- **Task objective**:
Look through the entries below and extract exactly the lines from the one containing "f 671 667 666" through the one containing "f 677 214 216", ends included.

[Input for this task — start]

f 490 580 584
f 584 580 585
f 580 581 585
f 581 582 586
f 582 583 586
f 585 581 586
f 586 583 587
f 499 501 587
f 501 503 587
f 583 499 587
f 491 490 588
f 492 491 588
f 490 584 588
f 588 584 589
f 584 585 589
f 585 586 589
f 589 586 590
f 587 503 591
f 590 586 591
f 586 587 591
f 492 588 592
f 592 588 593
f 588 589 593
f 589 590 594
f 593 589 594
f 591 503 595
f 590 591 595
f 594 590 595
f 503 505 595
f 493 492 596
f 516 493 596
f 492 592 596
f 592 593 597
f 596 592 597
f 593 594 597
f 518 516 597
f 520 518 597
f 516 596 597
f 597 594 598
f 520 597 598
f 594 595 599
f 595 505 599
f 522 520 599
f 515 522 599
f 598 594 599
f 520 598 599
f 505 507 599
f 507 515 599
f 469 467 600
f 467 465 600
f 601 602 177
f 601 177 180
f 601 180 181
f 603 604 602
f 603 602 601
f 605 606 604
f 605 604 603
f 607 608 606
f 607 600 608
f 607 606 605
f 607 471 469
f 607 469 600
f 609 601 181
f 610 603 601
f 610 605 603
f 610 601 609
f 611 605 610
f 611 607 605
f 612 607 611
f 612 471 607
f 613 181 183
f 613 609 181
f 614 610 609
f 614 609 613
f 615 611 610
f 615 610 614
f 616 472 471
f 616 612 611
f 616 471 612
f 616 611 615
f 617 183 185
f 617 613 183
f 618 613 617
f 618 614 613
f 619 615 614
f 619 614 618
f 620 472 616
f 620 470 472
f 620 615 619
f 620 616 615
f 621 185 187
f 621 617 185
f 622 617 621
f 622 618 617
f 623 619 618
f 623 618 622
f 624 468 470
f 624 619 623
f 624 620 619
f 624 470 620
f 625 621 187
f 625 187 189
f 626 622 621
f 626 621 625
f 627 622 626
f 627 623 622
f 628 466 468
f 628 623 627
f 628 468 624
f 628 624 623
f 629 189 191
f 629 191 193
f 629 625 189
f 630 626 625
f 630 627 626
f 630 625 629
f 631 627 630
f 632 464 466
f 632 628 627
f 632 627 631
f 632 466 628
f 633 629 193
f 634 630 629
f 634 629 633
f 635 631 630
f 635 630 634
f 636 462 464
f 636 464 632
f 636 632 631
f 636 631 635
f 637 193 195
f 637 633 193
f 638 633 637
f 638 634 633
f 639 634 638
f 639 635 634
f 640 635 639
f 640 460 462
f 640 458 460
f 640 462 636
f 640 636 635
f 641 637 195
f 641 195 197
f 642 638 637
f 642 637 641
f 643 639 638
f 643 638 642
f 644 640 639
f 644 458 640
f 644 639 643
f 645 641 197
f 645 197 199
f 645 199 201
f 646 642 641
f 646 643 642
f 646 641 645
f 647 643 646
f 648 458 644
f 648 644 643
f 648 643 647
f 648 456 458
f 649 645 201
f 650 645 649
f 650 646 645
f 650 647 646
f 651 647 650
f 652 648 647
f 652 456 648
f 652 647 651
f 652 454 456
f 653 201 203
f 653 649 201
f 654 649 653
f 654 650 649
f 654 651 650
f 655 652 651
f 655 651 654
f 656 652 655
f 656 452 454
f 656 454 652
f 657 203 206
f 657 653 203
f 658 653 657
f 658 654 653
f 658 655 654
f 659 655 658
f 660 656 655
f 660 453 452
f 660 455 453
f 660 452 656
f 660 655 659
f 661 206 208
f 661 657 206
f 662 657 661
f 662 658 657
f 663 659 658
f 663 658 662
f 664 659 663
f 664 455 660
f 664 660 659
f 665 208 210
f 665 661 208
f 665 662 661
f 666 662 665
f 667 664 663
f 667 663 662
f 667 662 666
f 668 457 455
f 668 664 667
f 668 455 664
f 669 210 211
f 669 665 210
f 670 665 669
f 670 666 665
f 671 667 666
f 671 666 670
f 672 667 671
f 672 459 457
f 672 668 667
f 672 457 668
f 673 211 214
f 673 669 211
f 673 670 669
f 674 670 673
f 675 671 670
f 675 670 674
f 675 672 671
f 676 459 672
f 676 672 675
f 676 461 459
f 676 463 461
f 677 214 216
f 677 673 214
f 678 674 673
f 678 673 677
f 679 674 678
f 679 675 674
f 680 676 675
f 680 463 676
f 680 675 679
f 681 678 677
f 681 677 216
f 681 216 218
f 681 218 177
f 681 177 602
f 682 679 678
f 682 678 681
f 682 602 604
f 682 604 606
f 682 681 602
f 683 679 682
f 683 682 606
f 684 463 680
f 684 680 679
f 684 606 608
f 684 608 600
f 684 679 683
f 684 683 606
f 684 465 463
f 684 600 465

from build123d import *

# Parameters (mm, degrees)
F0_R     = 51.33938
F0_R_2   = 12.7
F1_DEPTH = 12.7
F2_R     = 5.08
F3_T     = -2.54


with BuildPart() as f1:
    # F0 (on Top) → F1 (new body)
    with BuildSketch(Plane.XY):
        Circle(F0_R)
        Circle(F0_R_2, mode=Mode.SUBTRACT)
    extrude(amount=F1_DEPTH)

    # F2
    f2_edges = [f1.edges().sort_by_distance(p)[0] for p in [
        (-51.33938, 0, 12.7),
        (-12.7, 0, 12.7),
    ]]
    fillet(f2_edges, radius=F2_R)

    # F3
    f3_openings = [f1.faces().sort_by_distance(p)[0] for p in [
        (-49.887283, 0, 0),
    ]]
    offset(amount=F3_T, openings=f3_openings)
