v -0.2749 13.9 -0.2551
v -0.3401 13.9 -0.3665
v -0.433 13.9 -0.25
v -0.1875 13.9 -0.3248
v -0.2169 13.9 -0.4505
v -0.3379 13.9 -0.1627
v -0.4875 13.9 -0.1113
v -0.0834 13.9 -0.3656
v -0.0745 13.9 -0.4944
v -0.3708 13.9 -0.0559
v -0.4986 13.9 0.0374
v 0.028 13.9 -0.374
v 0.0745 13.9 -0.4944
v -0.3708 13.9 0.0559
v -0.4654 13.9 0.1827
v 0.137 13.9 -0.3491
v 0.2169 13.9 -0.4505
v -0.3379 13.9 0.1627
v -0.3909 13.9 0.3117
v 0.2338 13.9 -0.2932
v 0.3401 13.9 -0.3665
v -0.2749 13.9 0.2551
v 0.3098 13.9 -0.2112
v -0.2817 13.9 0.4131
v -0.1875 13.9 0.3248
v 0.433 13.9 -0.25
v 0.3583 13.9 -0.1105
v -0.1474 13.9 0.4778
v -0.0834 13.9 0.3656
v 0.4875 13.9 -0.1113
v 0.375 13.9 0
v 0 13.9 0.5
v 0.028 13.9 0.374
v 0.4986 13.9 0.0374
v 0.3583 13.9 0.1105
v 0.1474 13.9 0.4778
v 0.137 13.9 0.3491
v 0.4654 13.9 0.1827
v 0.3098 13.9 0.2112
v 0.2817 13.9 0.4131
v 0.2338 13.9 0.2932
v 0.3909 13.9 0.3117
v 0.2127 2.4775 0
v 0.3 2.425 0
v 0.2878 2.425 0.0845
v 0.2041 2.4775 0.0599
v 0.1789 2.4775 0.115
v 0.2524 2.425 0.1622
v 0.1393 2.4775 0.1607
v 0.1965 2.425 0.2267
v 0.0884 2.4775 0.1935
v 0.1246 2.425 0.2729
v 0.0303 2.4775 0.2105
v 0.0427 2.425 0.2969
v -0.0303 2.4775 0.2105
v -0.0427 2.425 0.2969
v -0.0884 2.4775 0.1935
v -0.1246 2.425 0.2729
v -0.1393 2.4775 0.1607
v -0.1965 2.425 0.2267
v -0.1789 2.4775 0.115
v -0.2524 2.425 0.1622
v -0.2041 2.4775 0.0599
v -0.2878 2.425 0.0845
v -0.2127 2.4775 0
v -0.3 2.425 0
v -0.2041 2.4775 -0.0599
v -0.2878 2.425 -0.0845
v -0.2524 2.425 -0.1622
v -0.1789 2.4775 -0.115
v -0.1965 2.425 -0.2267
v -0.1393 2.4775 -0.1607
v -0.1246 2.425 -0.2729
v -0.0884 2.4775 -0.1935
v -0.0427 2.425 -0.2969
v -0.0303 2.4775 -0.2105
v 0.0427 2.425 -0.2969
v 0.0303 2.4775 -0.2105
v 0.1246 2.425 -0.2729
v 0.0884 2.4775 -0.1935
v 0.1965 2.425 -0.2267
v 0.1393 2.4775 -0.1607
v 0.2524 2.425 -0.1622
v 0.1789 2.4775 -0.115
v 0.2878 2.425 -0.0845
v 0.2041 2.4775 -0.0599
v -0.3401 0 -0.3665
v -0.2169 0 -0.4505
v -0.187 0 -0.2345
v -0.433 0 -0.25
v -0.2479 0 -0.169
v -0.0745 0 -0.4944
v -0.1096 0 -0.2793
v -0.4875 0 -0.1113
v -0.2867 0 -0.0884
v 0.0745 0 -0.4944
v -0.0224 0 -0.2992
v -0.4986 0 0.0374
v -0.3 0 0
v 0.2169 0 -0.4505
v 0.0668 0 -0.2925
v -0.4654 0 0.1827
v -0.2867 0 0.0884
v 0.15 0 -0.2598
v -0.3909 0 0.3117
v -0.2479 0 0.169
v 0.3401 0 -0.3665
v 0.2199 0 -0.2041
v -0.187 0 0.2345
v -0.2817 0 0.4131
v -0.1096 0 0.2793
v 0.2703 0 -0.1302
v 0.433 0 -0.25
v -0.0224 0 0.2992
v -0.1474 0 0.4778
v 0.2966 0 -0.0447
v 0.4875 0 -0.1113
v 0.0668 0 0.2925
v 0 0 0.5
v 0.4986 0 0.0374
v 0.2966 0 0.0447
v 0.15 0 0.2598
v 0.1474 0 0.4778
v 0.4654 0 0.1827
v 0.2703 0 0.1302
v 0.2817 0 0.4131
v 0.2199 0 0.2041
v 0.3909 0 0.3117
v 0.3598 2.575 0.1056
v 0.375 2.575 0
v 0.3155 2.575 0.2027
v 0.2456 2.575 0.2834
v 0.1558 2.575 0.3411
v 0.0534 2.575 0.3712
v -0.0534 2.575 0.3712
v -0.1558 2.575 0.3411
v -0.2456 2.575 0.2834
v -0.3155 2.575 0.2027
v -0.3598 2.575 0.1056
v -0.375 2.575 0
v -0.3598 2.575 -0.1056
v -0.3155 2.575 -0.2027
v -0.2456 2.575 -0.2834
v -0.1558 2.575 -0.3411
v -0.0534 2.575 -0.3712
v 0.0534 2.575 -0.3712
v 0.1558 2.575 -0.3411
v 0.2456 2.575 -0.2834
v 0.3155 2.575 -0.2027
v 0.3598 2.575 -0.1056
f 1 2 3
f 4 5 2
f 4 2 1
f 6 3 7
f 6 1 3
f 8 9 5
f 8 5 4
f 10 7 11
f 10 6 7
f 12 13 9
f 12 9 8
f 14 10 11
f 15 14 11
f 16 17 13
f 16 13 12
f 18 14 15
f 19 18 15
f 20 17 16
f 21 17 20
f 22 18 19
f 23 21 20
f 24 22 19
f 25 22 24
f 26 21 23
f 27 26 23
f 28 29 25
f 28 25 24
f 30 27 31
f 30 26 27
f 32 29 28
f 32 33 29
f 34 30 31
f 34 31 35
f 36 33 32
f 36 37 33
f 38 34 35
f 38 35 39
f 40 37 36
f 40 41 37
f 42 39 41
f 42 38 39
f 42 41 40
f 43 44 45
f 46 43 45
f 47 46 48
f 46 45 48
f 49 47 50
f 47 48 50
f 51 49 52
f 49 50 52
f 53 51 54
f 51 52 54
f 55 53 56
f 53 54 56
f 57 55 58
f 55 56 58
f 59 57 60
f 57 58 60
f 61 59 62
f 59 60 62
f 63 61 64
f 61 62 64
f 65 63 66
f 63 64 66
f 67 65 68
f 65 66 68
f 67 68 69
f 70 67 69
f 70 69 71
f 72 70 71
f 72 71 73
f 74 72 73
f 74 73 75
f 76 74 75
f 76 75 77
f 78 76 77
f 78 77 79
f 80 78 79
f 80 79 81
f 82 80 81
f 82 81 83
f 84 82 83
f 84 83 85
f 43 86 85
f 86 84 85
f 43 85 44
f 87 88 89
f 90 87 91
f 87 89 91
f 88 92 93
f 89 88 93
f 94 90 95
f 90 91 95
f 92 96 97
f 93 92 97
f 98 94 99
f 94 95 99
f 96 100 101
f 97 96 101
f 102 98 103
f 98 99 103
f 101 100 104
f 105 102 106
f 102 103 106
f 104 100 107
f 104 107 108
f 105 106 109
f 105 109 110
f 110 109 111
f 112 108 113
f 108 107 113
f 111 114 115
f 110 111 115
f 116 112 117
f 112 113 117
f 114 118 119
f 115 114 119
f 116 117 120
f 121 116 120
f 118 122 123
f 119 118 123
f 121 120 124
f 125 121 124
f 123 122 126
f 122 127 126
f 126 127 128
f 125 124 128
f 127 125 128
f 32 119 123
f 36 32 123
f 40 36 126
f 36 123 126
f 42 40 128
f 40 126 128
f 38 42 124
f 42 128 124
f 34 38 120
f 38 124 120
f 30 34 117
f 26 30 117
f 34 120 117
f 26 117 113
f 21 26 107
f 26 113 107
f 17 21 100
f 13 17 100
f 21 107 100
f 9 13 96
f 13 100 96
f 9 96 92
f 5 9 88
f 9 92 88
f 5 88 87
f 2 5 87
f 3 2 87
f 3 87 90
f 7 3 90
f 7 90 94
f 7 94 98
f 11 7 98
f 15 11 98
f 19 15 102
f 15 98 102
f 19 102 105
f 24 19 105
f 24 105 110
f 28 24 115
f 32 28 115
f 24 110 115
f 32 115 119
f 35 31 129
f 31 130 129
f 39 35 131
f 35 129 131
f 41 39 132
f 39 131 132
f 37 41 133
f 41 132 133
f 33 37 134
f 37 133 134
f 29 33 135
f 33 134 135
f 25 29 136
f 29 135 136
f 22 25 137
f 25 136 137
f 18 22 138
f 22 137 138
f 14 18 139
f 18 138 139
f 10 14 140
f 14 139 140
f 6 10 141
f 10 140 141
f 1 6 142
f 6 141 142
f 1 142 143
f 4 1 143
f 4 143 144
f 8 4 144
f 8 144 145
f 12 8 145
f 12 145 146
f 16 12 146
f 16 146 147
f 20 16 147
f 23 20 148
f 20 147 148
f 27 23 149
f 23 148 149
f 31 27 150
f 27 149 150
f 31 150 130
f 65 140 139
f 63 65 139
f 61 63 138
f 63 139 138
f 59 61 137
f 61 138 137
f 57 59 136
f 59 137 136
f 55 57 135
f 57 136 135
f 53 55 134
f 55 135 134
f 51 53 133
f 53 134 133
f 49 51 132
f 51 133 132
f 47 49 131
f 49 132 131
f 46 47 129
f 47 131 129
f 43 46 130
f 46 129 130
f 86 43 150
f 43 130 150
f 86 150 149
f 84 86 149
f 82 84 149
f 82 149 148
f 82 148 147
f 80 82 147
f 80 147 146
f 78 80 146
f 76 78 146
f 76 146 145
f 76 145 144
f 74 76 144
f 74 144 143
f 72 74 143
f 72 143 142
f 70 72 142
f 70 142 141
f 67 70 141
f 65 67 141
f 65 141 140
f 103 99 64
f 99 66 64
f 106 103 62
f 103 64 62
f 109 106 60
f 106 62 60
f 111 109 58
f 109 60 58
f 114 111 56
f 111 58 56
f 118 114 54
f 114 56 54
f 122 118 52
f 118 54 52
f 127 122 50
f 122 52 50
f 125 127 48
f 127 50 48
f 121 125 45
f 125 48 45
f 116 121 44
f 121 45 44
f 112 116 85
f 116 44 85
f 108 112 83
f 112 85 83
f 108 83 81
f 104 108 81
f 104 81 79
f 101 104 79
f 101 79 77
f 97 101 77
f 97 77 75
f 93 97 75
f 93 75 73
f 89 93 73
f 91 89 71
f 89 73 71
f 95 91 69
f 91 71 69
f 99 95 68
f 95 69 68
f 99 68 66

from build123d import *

# Parameters (mm, degrees)
SKETCH1_R                        = 0.5
BOSS_EXTRUDE1_DEPTH              = 13.9
F_0_4_0_4_DIAMETER_HOLE1_D       = 0.4
F_0_75_0_75_DIAMETER_HOLE2_D     = 0.75
F_0_75_0_75_DIAMETER_HOLE2_DEPTH = 11.325
F_0_75_0_75_DIAMETER_HOLE2_TIP   = 0.225322732
F_0_6_0_6_DIAMETER_HOLE4_D       = 0.6
F_0_6_0_6_DIAMETER_HOLE4_DEPTH   = 2.425
F_0_6_0_6_DIAMETER_HOLE4_TIP     = 0.180258186


with BuildPart() as part:
    # Sketch1 → Boss-Extrude1 (new body)
    with BuildSketch(Plane(origin=(0, 0, 0), x_dir=(1, 0, 0), z_dir=(0, 1, 0))):
        with Locations(Location((0, 0, 0), (0, 0, 270))):
            Circle(SKETCH1_R)
    extrude(amount=BOSS_EXTRUDE1_DEPTH)

    # Ø0.4 (0.4) Diameter Hole1 (through all)
    with Locations(Plane(origin=(0, 13.9, 0), x_dir=(-1, 0, 0), z_dir=(0, 1, 0))):
        with Locations((0, 0)):
            Hole(F_0_4_0_4_DIAMETER_HOLE1_D / 2)

    # Ø0.75 (0.75) Diameter Hole2
    with Locations(Plane(origin=(0, 13.9, 0), x_dir=(-1, 0, 0), z_dir=(0, 1, 0))):
        with Locations((0, 0)):
            Hole(F_0_75_0_75_DIAMETER_HOLE2_D / 2, depth=F_0_75_0_75_DIAMETER_HOLE2_DEPTH)
            with Locations((0, 0, -(F_0_75_0_75_DIAMETER_HOLE2_DEPTH + F_0_75_0_75_DIAMETER_HOLE2_TIP / 2))):  # 118° drill point
                Cone(0, F_0_75_0_75_DIAMETER_HOLE2_D / 2, F_0_75_0_75_DIAMETER_HOLE2_TIP, mode=Mode.SUBTRACT)

    # Ø0.6 (0.6) Diameter Hole4
    with Locations(Plane.XZ):
        with Locations((0, 0)):
            Hole(F_0_6_0_6_DIAMETER_HOLE4_D / 2, depth=F_0_6_0_6_DIAMETER_HOLE4_DEPTH)
            with Locations((0, 0, -(F_0_6_0_6_DIAMETER_HOLE4_DEPTH + F_0_6_0_6_DIAMETER_HOLE4_TIP / 2))):  # 118° drill point
                Cone(0, F_0_6_0_6_DIAMETER_HOLE4_D / 2, F_0_6_0_6_DIAMETER_HOLE4_TIP, mode=Mode.SUBTRACT)


solid = part.part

[Input for this task — finish]

- **Written response**:
f 671 667 666
f 671 666 670
f 672 667 671
f 672 459 457
f 672 668 667
f 672 457 668
f 673 211 214
f 673 669 211
f 673 670 669
f 674 670 673
f 675 671 670
f 675 670 674
f 675 672 671
f 676 459 672
f 676 672 675
f 676 461 459
f 676 463 461
f 677 214 216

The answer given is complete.